### What is being asked
Working from the top of the records below, reproduce each line exactly, ending once you have written the line containing "e11 v9 v10 LINE".

### Records shown
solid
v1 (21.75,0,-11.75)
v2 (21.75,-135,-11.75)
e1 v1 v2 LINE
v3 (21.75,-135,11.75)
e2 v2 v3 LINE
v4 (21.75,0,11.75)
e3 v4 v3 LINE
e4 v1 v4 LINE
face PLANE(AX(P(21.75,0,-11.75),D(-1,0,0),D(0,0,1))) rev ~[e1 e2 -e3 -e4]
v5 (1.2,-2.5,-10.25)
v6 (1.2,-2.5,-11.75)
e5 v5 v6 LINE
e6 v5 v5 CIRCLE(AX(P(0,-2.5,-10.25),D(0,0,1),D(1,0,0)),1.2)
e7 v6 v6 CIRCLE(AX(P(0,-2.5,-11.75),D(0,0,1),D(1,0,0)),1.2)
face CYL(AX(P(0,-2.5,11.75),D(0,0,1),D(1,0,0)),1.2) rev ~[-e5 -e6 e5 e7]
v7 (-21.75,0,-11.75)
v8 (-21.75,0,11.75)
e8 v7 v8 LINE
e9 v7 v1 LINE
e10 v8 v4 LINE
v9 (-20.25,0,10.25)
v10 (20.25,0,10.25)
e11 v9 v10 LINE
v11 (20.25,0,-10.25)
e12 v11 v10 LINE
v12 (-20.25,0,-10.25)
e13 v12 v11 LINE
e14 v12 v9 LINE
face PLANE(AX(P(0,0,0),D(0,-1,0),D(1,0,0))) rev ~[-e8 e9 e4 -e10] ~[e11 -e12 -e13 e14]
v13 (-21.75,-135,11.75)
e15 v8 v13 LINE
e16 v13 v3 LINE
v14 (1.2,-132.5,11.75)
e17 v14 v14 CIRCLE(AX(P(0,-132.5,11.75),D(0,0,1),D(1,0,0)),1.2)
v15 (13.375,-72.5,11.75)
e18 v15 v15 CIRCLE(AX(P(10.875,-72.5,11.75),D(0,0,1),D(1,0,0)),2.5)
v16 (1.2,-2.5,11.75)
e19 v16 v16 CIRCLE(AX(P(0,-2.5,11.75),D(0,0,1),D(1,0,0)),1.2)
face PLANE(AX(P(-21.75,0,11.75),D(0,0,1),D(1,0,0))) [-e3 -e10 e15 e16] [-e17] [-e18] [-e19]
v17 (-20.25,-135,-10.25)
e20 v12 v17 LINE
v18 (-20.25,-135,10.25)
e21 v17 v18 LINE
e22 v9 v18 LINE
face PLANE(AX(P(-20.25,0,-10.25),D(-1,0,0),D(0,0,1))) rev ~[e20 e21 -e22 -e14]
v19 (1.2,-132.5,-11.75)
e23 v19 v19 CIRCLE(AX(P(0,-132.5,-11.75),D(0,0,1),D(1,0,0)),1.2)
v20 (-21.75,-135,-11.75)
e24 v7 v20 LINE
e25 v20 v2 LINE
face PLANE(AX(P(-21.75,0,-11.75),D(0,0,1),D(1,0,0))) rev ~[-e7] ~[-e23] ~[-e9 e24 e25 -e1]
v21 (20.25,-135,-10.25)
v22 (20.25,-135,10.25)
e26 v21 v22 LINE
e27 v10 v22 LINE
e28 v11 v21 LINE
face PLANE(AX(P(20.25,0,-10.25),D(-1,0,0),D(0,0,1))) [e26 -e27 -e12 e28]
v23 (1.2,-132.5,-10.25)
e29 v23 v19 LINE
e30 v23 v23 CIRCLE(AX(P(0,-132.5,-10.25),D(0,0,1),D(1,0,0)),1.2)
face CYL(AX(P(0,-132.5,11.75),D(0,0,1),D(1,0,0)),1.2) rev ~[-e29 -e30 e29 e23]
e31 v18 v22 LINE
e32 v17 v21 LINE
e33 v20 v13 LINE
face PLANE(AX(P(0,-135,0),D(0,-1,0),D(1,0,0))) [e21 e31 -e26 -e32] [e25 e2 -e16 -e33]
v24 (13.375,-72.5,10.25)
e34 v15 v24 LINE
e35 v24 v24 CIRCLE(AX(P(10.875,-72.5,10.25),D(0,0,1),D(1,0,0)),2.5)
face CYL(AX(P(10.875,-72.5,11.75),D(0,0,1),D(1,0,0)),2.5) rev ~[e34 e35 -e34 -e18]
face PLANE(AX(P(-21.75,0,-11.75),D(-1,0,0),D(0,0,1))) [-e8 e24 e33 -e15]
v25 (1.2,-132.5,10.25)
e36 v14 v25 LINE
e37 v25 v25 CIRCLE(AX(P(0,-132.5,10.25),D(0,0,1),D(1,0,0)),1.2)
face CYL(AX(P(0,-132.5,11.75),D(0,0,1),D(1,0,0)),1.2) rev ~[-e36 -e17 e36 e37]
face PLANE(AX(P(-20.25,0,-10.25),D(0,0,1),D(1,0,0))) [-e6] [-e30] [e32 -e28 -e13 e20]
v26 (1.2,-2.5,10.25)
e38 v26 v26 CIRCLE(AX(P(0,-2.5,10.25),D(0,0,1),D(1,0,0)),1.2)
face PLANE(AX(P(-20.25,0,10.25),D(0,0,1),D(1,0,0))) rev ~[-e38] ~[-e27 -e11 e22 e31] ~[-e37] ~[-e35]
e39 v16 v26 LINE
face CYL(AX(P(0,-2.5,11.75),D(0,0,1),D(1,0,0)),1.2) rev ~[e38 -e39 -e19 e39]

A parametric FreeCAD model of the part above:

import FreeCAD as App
import Part
import Sketcher

V = App.Vector


def add_polygon(sketch, points):
    """Adds a closed chain of lines whose ends are joined by coincident constraints."""
    first, n = sketch.GeometryCount, len(points)
    for a, b in zip(points, points[1:] + points[:1]):
        sketch.addGeometry(Part.LineSegment(App.Vector(*a, 0), App.Vector(*b, 0)), False)
    for i in range(n):
        sketch.addConstraint(Sketcher.Constraint("Coincident", first + i, 2, first + (i + 1) % n, 1))

doc = App.newDocument("Part")
body = doc.addObject("PartDesign::Body", "Body")

sketch1 = doc.addObject("Sketcher::SketchObject", "Sketch")
body.addObject(sketch1)
sketch1.AttachmentSupport = (doc.XZ_Plane, [""])
sketch1.MapMode = "FlatFace"
add_polygon(sketch1, [(-21.75, 11.75), (-21.75, -11.75), (21.75, -11.75), (21.75, 11.75)])
add_polygon(sketch1, [(20.25, -10.25), (-20.25, -10.25), (-20.25, 10.25), (20.25, 10.25)])
sketch1.addConstraint(Sketcher.Constraint("Vertical", 0))
sketch1.addConstraint(Sketcher.Constraint("Horizontal", 1))
sketch1.addConstraint(Sketcher.Constraint("Vertical", 2))
sketch1.addConstraint(Sketcher.Constraint("Horizontal", 3))
sketch1.addConstraint(Sketcher.Constraint("Horizontal", 4))
sketch1.addConstraint(Sketcher.Constraint("Vertical", 5))
sketch1.addConstraint(Sketcher.Constraint("Horizontal", 6))
sketch1.addConstraint(Sketcher.Constraint("Vertical", 7))
sketch1.addConstraint(Sketcher.Constraint("Symmetric", 0, 2, 2, 2, -1, 1))
sketch1.addConstraint(Sketcher.Constraint("Symmetric", 4, 2, 6, 2, -1, 1))
sketch1.addConstraint(Sketcher.Constraint("DistanceX", 1, 1, 1, 2, 43.5))
sketch1.addConstraint(Sketcher.Constraint("DistanceX", 4, 2, 4, 1, 40.5))
sketch1.addConstraint(Sketcher.Constraint("DistanceY", 0, 2, 0, 1, 23.5))
sketch1.addConstraint(Sketcher.Constraint("DistanceY", 5, 1, 5, 2, 20.5))
pad1 = doc.addObject("PartDesign::Pad", "Pad")
body.addObject(pad1)
pad1.Profile = sketch1
pad1.Length = 135

sketch2 = doc.addObject("Sketcher::SketchObject", "Sketch001")
body.addObject(sketch2)
sketch2.AttachmentSupport = (doc.XY_Plane, [""])
sketch2.MapMode = "FlatFace"
sketch2.AttachmentOffset = App.Placement(V(0, 0, 11.75), App.Rotation())
sketch2.addGeometry(Part.Circle(V(10.875, -72.5, 0), V(0, 0, 1), 2.5), False)
sketch2.addConstraint(Sketcher.Constraint("Diameter", 0, 5.0))
sketch2.addConstraint(Sketcher.Constraint("DistanceY", 0, 3, -1, 1, 72.5))
sketch2.addConstraint(Sketcher.Constraint("DistanceX", -1, 1, 0, 3, 10.875))
pocket1 = doc.addObject("PartDesign::Pocket", "Pocket")
body.addObject(pocket1)
pocket1.Profile = sketch2
pocket1.Length = 1.5

sketch3 = doc.addObject("Sketcher::SketchObject", "Sketch002")
body.addObject(sketch3)
sketch3.AttachmentSupport = (doc.XY_Plane, [""])
sketch3.MapMode = "FlatFace"
sketch3.AttachmentOffset = App.Placement(V(0, 0, 11.75), App.Rotation())
sketch3.addGeometry(Part.Circle(V(0, -132.5, 0), V(0, 0, 1), 1.2), False)
sketch3.addGeometry(Part.Circle(V(0, -2.5, 0), V(0, 0, 1), 1.2), False)
sketch3.addConstraint(Sketcher.Constraint("Equal", 0, 1))
sketch3.addConstraint(Sketcher.Constraint("PointOnObject", 0, 3, -2))
sketch3.addConstraint(Sketcher.Constraint("PointOnObject", 1, 3, -2))
sketch3.addConstraint(Sketcher.Constraint("Diameter", 0, 2.4))
sketch3.addConstraint(Sketcher.Constraint("DistanceY", 0, 3, 1, 3, 130.0))
sketch3.addConstraint(Sketcher.Constraint("DistanceY", 0, 3, -1, 1, 132.5))
pocket2 = doc.addObject("PartDesign::Pocket", "Pocket001")
body.addObject(pocket2)
pocket2.Profile = sketch3
pocket2.Length = 25

doc.recompute()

### Problem solution
solid
v1 (21.75,0,-11.75)
v2 (21.75,-135,-11.75)
e1 v1 v2 LINE
v3 (21.75,-135,11.75)
e2 v2 v3 LINE
v4 (21.75,0,11.75)
e3 v4 v3 LINE
e4 v1 v4 LINE
face PLANE(AX(P(21.75,0,-11.75),D(-1,0,0),D(0,0,1))) rev ~[e1 e2 -e3 -e4]
v5 (1.2,-2.5,-10.25)
v6 (1.2,-2.5,-11.75)
e5 v5 v6 LINE
e6 v5 v5 CIRCLE(AX(P(0,-2.5,-10.25),D(0,0,1),D(1,0,0)),1.2)
e7 v6 v6 CIRCLE(AX(P(0,-2.5,-11.75),D(0,0,1),D(1,0,0)),1.2)
face CYL(AX(P(0,-2.5,11.75),D(0,0,1),D(1,0,0)),1.2) rev ~[-e5 -e6 e5 e7]
v7 (-21.75,0,-11.75)
v8 (-21.75,0,11.75)
e8 v7 v8 LINE
e9 v7 v1 LINE
e10 v8 v4 LINE
v9 (-20.25,0,10.25)
v10 (20.25,0,10.25)
e11 v9 v10 LINE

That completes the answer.